** DATA TO USE **
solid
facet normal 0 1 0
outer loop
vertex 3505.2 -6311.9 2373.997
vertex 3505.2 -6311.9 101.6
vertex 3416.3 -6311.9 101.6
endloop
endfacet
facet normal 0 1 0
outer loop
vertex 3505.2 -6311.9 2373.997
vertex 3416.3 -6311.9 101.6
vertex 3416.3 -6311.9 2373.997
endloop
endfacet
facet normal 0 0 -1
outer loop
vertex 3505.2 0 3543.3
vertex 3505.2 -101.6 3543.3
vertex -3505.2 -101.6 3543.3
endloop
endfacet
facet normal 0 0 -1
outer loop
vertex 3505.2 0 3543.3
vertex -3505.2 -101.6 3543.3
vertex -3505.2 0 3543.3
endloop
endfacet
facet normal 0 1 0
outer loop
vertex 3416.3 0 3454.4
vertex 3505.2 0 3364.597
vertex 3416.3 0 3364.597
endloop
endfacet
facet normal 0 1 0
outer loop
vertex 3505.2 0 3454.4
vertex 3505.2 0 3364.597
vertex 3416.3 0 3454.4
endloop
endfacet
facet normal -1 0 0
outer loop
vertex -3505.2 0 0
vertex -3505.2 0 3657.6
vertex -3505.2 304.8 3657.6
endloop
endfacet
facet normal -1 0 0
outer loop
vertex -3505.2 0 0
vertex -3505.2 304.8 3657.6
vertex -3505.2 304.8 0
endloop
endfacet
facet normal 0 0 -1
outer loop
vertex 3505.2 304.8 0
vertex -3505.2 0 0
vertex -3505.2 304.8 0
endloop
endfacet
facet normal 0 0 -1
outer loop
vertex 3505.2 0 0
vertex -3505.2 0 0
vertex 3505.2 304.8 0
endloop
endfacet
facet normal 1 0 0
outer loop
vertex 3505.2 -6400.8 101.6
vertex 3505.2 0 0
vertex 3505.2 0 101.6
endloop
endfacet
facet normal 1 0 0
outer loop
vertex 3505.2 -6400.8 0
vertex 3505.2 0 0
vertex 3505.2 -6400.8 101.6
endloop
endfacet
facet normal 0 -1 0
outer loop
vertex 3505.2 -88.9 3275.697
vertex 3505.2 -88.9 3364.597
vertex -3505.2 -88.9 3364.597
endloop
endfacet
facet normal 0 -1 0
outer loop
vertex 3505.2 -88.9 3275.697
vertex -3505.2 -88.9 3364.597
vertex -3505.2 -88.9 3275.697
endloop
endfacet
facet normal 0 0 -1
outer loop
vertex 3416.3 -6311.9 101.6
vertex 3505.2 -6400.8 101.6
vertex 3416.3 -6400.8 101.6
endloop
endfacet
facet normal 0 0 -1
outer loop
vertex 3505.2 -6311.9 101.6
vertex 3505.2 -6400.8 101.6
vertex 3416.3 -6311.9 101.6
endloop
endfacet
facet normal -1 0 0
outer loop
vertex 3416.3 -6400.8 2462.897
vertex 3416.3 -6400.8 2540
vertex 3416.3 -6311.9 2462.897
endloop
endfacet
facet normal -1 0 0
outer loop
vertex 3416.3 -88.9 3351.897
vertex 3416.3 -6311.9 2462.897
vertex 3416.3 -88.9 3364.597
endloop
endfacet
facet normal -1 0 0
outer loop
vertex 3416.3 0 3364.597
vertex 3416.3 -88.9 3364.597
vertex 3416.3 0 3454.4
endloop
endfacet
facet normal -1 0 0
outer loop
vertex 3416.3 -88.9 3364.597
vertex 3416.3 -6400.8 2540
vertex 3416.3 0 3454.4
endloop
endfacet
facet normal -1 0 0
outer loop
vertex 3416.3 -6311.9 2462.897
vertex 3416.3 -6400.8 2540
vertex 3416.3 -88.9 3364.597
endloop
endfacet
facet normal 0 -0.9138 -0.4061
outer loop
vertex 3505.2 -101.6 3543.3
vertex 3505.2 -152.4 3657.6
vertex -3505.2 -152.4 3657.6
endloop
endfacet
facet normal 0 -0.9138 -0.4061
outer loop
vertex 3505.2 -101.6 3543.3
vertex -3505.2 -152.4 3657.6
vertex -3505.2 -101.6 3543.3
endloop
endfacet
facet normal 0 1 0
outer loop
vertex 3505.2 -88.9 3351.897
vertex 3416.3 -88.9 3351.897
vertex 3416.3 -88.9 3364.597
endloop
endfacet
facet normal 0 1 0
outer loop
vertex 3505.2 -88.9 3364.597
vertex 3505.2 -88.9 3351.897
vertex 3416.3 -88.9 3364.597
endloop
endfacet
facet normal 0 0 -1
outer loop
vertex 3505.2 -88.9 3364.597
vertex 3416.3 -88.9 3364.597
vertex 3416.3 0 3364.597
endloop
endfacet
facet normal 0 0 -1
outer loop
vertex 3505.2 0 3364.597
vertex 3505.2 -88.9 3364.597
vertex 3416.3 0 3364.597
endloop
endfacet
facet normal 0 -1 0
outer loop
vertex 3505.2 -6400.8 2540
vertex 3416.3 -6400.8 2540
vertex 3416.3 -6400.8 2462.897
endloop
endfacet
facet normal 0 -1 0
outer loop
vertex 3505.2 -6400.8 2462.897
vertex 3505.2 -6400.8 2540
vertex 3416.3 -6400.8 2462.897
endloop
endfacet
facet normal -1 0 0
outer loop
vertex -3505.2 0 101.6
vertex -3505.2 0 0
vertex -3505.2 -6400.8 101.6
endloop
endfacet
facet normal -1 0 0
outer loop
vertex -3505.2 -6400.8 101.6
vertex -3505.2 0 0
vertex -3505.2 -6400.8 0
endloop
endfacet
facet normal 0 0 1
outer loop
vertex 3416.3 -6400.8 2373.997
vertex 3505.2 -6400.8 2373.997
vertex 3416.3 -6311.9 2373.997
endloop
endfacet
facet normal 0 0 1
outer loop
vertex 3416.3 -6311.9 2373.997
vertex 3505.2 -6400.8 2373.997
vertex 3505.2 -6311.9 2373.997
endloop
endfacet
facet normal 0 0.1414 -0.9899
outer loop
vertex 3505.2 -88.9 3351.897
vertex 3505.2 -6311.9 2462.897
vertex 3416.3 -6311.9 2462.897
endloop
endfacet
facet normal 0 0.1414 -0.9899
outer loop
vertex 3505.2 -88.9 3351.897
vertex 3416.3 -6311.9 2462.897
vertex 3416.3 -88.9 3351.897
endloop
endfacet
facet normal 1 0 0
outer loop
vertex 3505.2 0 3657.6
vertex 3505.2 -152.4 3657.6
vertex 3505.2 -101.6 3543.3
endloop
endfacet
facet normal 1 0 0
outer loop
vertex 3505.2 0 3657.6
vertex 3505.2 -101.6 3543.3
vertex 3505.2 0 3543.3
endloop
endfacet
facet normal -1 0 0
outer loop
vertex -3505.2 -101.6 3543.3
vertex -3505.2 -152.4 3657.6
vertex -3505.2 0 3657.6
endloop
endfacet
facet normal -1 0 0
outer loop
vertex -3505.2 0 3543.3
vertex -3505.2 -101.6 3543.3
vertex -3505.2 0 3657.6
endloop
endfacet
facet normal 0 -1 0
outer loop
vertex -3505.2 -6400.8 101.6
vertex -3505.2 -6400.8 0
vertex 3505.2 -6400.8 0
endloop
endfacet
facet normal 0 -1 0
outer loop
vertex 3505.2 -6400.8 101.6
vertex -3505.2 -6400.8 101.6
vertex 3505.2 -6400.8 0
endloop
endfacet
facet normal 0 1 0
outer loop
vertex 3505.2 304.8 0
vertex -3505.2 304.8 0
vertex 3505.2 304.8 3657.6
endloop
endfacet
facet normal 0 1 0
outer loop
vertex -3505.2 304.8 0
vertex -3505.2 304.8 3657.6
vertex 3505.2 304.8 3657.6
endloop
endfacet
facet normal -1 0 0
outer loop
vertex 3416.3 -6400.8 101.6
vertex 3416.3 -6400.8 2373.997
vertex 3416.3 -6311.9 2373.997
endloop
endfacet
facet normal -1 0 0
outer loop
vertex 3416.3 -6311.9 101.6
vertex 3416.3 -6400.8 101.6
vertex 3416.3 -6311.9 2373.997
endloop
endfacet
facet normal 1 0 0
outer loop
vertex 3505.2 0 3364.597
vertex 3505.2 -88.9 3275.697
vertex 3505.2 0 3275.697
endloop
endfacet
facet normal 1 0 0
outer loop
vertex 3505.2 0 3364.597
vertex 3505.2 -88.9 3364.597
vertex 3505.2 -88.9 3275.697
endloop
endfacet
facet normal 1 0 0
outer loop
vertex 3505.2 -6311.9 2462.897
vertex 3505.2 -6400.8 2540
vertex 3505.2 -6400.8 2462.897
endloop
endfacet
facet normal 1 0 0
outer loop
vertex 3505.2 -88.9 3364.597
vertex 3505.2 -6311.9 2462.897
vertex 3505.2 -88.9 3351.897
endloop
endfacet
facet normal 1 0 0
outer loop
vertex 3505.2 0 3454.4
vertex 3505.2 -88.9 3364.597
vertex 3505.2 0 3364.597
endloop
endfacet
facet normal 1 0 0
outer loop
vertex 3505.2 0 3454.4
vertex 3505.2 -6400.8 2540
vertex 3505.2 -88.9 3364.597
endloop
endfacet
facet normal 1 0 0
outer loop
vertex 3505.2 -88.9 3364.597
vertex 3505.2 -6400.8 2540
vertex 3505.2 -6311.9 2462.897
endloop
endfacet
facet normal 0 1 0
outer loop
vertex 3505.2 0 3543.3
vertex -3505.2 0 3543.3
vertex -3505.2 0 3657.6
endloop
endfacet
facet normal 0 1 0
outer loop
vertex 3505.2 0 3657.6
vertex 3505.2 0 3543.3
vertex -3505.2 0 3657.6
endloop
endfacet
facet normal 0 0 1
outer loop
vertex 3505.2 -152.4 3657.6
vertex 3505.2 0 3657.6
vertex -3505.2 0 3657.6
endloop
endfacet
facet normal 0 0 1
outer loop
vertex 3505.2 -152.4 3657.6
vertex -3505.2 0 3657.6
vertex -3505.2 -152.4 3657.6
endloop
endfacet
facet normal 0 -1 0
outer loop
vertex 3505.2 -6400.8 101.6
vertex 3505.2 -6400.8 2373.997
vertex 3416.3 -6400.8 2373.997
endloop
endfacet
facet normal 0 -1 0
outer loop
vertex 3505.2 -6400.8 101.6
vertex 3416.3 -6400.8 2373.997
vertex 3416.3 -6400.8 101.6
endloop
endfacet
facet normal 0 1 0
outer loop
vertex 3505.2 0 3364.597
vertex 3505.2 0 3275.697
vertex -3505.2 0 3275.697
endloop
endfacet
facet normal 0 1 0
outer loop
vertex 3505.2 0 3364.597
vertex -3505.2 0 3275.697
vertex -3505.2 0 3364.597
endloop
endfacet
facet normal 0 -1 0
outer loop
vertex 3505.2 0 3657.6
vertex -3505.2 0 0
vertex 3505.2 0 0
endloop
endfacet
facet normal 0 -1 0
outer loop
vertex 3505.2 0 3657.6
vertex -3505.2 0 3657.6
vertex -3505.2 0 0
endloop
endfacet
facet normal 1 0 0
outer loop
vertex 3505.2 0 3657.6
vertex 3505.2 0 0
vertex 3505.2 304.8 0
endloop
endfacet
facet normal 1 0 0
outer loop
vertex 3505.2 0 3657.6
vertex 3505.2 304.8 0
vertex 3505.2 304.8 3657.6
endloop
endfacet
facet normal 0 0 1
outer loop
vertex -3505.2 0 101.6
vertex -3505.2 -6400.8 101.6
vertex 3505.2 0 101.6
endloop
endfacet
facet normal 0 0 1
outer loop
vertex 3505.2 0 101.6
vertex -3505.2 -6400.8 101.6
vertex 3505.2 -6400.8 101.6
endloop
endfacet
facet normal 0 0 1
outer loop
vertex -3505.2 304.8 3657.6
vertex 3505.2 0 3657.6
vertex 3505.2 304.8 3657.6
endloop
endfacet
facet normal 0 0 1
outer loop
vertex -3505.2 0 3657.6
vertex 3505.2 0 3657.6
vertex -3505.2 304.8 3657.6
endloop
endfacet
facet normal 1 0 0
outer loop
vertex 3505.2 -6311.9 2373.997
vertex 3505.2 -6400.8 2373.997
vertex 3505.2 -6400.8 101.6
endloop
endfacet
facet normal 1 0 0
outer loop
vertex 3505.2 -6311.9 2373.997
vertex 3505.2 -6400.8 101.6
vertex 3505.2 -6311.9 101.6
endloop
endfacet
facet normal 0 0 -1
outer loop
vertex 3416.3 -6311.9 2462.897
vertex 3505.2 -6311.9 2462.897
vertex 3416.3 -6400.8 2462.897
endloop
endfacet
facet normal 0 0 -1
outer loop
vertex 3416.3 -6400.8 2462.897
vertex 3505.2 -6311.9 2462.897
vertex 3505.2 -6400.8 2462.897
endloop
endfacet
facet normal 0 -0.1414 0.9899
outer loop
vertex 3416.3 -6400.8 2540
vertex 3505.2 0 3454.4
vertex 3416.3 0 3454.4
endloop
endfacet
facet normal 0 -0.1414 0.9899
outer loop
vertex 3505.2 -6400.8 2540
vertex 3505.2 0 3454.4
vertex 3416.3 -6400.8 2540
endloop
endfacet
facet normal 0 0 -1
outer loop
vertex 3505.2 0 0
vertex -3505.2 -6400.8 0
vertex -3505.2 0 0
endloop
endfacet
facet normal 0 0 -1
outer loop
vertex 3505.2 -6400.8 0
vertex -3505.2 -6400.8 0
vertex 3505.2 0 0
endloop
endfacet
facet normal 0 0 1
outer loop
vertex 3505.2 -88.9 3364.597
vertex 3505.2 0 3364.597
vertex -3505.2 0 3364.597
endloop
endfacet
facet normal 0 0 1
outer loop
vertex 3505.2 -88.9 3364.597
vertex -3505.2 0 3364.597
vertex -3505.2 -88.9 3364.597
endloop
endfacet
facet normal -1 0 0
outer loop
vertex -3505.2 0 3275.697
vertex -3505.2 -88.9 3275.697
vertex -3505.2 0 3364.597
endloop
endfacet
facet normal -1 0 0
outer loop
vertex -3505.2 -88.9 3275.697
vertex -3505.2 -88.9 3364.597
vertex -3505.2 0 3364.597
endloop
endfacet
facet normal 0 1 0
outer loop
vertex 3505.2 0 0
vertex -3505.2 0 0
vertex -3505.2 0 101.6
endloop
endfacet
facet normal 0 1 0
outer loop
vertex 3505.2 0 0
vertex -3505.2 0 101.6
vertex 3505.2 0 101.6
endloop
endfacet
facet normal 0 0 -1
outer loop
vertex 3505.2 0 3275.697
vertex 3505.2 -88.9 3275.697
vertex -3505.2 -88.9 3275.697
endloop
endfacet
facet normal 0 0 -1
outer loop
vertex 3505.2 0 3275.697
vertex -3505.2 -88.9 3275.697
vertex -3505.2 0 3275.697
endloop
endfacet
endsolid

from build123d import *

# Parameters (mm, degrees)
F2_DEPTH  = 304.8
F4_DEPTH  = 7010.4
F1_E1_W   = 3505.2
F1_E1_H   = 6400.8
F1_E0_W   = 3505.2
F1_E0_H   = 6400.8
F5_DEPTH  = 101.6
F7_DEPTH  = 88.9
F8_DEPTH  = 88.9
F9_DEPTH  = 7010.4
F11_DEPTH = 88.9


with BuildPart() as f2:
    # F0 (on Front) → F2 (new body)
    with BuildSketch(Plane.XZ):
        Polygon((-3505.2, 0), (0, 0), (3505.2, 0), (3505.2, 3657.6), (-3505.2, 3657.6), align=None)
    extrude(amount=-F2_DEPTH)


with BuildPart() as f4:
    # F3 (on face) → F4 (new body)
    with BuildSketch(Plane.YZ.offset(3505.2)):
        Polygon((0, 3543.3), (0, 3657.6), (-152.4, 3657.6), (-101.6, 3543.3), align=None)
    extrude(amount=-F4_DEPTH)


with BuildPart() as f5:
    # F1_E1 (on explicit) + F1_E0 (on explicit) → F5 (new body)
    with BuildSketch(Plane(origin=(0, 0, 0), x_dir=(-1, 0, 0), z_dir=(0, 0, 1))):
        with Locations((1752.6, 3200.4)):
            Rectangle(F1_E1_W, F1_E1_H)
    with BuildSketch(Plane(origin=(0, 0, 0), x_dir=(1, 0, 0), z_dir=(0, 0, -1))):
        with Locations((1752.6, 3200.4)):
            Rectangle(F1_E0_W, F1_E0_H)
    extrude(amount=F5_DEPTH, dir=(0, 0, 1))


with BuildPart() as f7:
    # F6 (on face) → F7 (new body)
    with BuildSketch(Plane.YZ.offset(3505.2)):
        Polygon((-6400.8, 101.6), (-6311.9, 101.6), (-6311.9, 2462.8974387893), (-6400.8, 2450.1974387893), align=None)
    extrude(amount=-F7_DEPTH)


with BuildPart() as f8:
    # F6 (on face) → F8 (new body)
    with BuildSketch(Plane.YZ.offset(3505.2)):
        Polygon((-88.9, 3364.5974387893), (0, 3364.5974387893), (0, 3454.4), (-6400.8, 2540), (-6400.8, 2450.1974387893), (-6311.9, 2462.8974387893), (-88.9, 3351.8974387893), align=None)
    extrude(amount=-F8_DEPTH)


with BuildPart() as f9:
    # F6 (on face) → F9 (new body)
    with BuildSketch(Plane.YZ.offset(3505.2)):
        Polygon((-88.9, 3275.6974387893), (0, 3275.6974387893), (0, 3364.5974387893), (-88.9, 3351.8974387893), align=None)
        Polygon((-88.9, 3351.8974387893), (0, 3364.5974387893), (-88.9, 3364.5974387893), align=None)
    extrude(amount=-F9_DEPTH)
--
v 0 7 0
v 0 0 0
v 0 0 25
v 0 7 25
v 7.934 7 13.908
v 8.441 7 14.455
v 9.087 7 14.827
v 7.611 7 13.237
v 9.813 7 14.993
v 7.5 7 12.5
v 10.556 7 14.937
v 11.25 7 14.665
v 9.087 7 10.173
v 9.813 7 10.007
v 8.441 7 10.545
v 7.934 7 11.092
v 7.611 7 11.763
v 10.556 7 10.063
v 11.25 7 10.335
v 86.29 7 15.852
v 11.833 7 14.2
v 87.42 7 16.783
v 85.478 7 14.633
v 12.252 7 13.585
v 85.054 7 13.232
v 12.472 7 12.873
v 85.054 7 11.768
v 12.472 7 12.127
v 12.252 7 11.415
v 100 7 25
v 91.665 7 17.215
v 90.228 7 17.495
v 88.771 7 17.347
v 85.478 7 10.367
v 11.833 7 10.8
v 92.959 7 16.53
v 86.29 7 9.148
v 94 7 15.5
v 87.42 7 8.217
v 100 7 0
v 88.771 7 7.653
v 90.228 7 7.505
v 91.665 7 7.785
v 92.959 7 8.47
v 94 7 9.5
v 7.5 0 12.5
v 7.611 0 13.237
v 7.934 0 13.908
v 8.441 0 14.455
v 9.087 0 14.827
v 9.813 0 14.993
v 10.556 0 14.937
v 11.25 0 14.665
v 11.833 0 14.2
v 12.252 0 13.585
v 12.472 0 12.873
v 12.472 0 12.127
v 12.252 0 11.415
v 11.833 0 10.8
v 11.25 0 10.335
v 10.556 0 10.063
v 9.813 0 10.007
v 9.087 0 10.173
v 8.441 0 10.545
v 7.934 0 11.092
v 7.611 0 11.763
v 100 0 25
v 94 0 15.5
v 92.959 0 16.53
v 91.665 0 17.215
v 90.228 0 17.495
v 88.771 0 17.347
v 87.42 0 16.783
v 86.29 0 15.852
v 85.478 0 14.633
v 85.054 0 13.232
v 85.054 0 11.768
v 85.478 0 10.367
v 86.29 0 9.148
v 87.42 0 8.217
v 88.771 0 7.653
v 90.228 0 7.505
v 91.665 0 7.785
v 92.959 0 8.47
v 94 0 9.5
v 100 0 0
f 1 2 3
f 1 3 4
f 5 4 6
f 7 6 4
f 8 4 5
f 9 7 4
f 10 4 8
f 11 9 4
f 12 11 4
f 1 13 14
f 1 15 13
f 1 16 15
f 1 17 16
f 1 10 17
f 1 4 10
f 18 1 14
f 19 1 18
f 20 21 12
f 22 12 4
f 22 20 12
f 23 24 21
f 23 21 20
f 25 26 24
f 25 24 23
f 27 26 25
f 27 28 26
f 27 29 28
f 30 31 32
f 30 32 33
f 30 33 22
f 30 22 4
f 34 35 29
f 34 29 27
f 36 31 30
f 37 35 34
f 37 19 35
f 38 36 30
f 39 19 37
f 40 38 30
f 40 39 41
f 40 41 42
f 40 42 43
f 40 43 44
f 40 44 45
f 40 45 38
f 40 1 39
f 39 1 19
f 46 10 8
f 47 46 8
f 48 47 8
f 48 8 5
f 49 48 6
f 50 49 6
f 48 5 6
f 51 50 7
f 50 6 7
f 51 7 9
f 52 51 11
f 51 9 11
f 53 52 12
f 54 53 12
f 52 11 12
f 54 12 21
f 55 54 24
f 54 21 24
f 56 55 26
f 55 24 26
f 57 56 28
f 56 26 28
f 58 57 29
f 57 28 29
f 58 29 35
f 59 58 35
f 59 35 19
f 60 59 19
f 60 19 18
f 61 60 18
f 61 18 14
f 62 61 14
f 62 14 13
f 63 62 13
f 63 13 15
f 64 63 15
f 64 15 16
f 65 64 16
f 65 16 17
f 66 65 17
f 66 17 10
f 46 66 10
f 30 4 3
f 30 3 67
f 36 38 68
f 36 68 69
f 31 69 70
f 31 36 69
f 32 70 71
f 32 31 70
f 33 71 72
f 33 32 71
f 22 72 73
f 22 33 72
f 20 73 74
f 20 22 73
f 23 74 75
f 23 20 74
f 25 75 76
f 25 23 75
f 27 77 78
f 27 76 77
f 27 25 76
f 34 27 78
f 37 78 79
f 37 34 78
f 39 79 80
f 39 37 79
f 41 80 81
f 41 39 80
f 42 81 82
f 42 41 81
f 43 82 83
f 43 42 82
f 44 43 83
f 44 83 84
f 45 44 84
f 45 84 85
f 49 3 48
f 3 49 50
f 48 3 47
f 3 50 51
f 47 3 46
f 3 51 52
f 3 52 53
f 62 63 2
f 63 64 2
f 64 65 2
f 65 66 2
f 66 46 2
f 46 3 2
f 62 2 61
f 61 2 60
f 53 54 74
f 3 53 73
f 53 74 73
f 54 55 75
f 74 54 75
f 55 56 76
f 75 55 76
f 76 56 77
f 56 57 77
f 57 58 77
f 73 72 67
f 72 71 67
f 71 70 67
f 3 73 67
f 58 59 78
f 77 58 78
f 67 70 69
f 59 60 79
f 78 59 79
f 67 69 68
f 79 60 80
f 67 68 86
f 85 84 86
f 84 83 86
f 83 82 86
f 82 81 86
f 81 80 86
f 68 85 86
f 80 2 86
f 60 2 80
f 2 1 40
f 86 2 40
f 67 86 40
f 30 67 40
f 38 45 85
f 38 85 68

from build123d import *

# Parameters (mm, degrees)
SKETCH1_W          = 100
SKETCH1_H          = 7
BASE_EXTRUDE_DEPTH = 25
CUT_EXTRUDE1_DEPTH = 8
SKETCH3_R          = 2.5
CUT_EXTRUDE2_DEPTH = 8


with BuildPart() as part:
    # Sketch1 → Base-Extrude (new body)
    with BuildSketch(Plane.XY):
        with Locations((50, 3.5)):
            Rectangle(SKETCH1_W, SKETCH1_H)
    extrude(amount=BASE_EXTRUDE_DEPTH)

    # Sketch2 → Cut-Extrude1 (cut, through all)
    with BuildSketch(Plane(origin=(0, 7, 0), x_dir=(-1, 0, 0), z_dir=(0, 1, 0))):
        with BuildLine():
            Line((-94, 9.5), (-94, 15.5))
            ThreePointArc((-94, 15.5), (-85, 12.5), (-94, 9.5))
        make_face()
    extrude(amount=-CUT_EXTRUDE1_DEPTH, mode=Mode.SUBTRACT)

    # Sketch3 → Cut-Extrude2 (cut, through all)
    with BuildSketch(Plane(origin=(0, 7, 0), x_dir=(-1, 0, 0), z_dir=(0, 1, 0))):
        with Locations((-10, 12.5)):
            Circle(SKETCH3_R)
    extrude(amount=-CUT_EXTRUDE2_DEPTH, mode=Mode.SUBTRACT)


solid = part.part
* * *
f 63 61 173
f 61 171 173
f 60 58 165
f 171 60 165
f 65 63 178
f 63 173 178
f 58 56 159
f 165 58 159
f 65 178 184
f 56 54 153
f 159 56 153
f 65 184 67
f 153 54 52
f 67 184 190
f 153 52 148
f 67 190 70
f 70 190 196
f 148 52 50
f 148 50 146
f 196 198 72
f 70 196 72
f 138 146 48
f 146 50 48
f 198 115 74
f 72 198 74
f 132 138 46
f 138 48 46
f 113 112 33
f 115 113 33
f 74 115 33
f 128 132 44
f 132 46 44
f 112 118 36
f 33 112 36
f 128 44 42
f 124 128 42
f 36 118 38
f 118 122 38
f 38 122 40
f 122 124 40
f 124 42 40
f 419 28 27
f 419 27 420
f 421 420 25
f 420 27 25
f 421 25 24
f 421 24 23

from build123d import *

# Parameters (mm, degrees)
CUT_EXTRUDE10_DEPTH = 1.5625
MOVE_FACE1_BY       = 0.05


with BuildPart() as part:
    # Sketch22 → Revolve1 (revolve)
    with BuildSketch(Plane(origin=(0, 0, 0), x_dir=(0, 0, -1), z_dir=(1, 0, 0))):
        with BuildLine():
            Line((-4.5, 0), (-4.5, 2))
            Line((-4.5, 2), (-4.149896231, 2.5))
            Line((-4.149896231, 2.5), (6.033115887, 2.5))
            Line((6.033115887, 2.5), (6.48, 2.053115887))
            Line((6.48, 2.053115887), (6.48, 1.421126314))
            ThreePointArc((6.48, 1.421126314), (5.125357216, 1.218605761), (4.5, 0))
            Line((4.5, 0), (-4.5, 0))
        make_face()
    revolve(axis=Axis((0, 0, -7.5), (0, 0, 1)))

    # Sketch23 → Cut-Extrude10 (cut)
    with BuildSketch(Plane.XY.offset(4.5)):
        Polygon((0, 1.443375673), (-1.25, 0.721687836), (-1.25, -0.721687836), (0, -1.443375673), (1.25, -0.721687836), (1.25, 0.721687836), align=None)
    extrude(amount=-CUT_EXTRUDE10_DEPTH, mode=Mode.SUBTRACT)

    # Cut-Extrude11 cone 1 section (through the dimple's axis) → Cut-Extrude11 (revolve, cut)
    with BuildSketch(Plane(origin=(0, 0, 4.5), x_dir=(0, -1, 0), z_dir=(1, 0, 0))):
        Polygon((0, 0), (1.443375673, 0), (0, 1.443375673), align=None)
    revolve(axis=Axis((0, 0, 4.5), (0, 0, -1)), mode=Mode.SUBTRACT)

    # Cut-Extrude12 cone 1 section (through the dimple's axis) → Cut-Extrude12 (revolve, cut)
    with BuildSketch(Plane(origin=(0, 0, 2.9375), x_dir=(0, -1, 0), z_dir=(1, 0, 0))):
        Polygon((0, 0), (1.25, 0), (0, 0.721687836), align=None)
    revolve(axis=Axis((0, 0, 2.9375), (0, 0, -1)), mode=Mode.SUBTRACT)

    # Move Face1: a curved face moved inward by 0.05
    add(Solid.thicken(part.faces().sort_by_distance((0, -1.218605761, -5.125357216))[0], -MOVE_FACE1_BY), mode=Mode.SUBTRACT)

** EXERCISE OBJECTIVE **
Look for the string "dimple" in the records, and copy every line where it is found.

** RESULT OF THIS EXERCISE **
    # Cut-Extrude11 cone 1 section (through the dimple's axis) → Cut-Extrude11 (revolve, cut)
    # Cut-Extrude12 cone 1 section (through the dimple's axis) → Cut-Extrude12 (revolve, cut)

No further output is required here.